As you assess your diet and decide what you should and should not be eating, it might seem appropriate to cut out fat entirely because that's what you're trying to get rid of, right? In truth, there actually is such thing as "good" fat and it's not just a marketing scam. They're called unsaturated fats while the fats you want to severely limit are trans fats and saturated fats. When you limit the fats you take in, your body will work more efficiently and be healthier in the long run.
Gretchen Vannice, MS, RDN, explains the difference between good and bad fats, saying that good fats improve circulation and blood pressure. They keep your heart pumping strong and help your brain to function and communicate with your body, along with keeping your cholesterol and triglycerides in check. Bad fats, however, are associated with heart attacks and high cholesterol. They increase inflammation and hinder circulation in the body. Babies especially need the good fats over bad fats as they grow and develop.
The good guys (unsaturated fats) are divided between monounsaturated and polyunsaturated fats. These are found in most plant oils, avocados, olives, nuts, fatty fish and soy milk. Try substituting the bad fats for good sources of unsaturated fats by eating more fatty fish, like salmon, trout and catfish and using olive and peanut oils to cook food. (via Help Guide)
Bad fats, more accurately called unhealthy fats, likely permeate your diet if you don't regulate intake. You can find them in certain cuts of meat, whole-fat dairy, butter, cheese, packaged snack foods, shortening and most anything fried. Even if you prepare your own food each day and forego eating out for lunch, you still might be using foods full of unhealthy fats without realizing it. While some unhealthy fat-filled foods might seem obvious, others aren't necessarily a no-brainer.

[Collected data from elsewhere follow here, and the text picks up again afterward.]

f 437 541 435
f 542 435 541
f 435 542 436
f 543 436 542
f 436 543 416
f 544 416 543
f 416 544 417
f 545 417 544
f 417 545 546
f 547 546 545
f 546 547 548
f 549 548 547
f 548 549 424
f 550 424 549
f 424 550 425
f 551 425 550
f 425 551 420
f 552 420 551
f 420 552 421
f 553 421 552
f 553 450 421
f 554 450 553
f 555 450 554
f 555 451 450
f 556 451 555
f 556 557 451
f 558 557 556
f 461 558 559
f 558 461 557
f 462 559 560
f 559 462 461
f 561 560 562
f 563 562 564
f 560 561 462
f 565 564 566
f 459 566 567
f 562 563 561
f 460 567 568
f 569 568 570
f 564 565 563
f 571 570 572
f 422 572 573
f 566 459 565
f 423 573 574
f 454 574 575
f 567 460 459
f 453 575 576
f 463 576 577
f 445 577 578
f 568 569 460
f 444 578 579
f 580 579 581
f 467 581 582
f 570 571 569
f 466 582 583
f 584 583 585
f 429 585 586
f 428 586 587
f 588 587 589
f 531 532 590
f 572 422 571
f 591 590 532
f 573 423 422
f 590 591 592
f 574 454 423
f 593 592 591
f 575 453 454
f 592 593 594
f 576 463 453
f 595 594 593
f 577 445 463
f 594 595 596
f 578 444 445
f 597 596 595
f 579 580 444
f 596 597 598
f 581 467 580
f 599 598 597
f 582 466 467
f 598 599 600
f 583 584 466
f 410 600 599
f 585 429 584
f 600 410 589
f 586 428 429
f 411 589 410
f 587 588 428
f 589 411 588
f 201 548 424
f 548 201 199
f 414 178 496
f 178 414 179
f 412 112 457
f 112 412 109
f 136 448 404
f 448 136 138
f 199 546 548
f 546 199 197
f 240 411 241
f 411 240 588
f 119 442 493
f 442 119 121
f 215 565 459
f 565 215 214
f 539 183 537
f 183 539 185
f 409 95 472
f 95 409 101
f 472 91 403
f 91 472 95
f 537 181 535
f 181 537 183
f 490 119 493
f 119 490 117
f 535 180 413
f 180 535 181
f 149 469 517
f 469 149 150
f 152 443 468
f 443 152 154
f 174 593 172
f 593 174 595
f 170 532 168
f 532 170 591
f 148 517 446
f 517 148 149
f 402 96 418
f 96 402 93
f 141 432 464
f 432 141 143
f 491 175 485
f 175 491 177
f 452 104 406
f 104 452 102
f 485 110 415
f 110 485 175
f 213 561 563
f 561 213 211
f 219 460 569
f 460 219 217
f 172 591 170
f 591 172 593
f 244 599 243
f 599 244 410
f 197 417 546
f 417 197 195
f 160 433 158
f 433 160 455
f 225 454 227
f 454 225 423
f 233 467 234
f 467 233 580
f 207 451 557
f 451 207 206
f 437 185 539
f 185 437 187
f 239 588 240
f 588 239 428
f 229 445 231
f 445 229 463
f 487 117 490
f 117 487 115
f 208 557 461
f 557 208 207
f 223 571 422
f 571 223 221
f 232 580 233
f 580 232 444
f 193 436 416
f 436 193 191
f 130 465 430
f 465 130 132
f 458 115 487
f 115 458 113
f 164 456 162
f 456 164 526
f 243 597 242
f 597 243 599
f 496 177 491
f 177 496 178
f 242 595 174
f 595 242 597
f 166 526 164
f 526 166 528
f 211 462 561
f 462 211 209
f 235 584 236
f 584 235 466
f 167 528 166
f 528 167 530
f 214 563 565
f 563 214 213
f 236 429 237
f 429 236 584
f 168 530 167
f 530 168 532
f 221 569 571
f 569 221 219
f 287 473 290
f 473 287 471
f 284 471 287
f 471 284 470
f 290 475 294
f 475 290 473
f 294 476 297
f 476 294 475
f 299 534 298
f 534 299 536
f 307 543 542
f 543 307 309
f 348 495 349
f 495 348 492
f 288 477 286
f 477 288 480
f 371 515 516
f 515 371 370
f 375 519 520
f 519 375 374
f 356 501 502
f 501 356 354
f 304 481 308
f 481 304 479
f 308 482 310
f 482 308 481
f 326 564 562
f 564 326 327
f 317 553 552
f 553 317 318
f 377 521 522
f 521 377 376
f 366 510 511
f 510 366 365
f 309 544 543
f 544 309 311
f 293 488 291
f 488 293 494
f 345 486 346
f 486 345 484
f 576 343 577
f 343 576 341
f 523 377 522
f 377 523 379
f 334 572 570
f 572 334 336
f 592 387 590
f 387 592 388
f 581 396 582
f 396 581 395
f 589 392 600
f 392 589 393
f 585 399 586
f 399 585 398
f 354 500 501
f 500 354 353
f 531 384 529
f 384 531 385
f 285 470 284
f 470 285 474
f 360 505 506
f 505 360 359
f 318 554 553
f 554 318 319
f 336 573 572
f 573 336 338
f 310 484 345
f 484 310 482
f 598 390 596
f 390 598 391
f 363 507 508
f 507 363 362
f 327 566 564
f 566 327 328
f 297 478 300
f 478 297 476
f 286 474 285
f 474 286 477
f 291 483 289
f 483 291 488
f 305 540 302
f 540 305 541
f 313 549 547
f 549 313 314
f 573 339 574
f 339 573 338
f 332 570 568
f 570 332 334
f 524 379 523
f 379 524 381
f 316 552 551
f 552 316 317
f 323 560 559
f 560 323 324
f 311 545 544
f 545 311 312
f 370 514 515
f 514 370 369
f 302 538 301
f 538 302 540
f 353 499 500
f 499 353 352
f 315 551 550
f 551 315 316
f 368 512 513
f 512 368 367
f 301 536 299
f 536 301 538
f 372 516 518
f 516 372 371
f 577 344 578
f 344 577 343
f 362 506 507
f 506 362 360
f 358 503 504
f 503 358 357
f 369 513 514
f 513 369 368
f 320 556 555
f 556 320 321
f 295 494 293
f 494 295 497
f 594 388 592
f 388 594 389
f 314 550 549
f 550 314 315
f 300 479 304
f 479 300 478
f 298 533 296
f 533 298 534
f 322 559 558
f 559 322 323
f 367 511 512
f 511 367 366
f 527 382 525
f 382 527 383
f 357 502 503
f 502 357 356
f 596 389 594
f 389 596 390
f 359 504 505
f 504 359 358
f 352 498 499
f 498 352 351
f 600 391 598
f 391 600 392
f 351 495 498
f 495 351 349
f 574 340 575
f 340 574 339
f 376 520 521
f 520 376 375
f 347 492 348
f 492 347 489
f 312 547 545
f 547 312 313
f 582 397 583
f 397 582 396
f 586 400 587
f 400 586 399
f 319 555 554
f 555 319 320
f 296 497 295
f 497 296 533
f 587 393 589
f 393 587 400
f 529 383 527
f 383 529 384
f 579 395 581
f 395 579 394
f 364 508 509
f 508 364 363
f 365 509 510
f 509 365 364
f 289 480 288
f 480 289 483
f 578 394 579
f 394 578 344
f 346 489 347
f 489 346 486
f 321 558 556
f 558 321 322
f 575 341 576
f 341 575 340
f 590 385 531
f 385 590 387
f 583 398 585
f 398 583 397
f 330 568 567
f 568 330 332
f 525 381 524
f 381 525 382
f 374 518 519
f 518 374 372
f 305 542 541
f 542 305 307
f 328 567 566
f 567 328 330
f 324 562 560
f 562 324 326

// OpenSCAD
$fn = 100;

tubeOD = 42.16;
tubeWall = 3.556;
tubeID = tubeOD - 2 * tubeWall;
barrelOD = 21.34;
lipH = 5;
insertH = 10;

According to WebMD, the best way to monitor fat intake is to read your nutrition labels. Make it a habit to check the facts on the package before you drop it in the cart. Get foods low in total fat and low in saturated and trans fats. If it tells you it's "trans fat free," double check the label because it still might have half a gram of trans fat per serving and that can add up.
In the grand scheme of things, your body needs unsaturated fats and will function better without saturated fats. It's not a scam and it's certainly something to be mindful of. Pay attention to packaging, as that might be where the marketing trips you up. Nutrition labels are your best friends. As you develop habits and expand your knowledge of the food you buy, it will become second nature to consume the right foods that will make your body love you.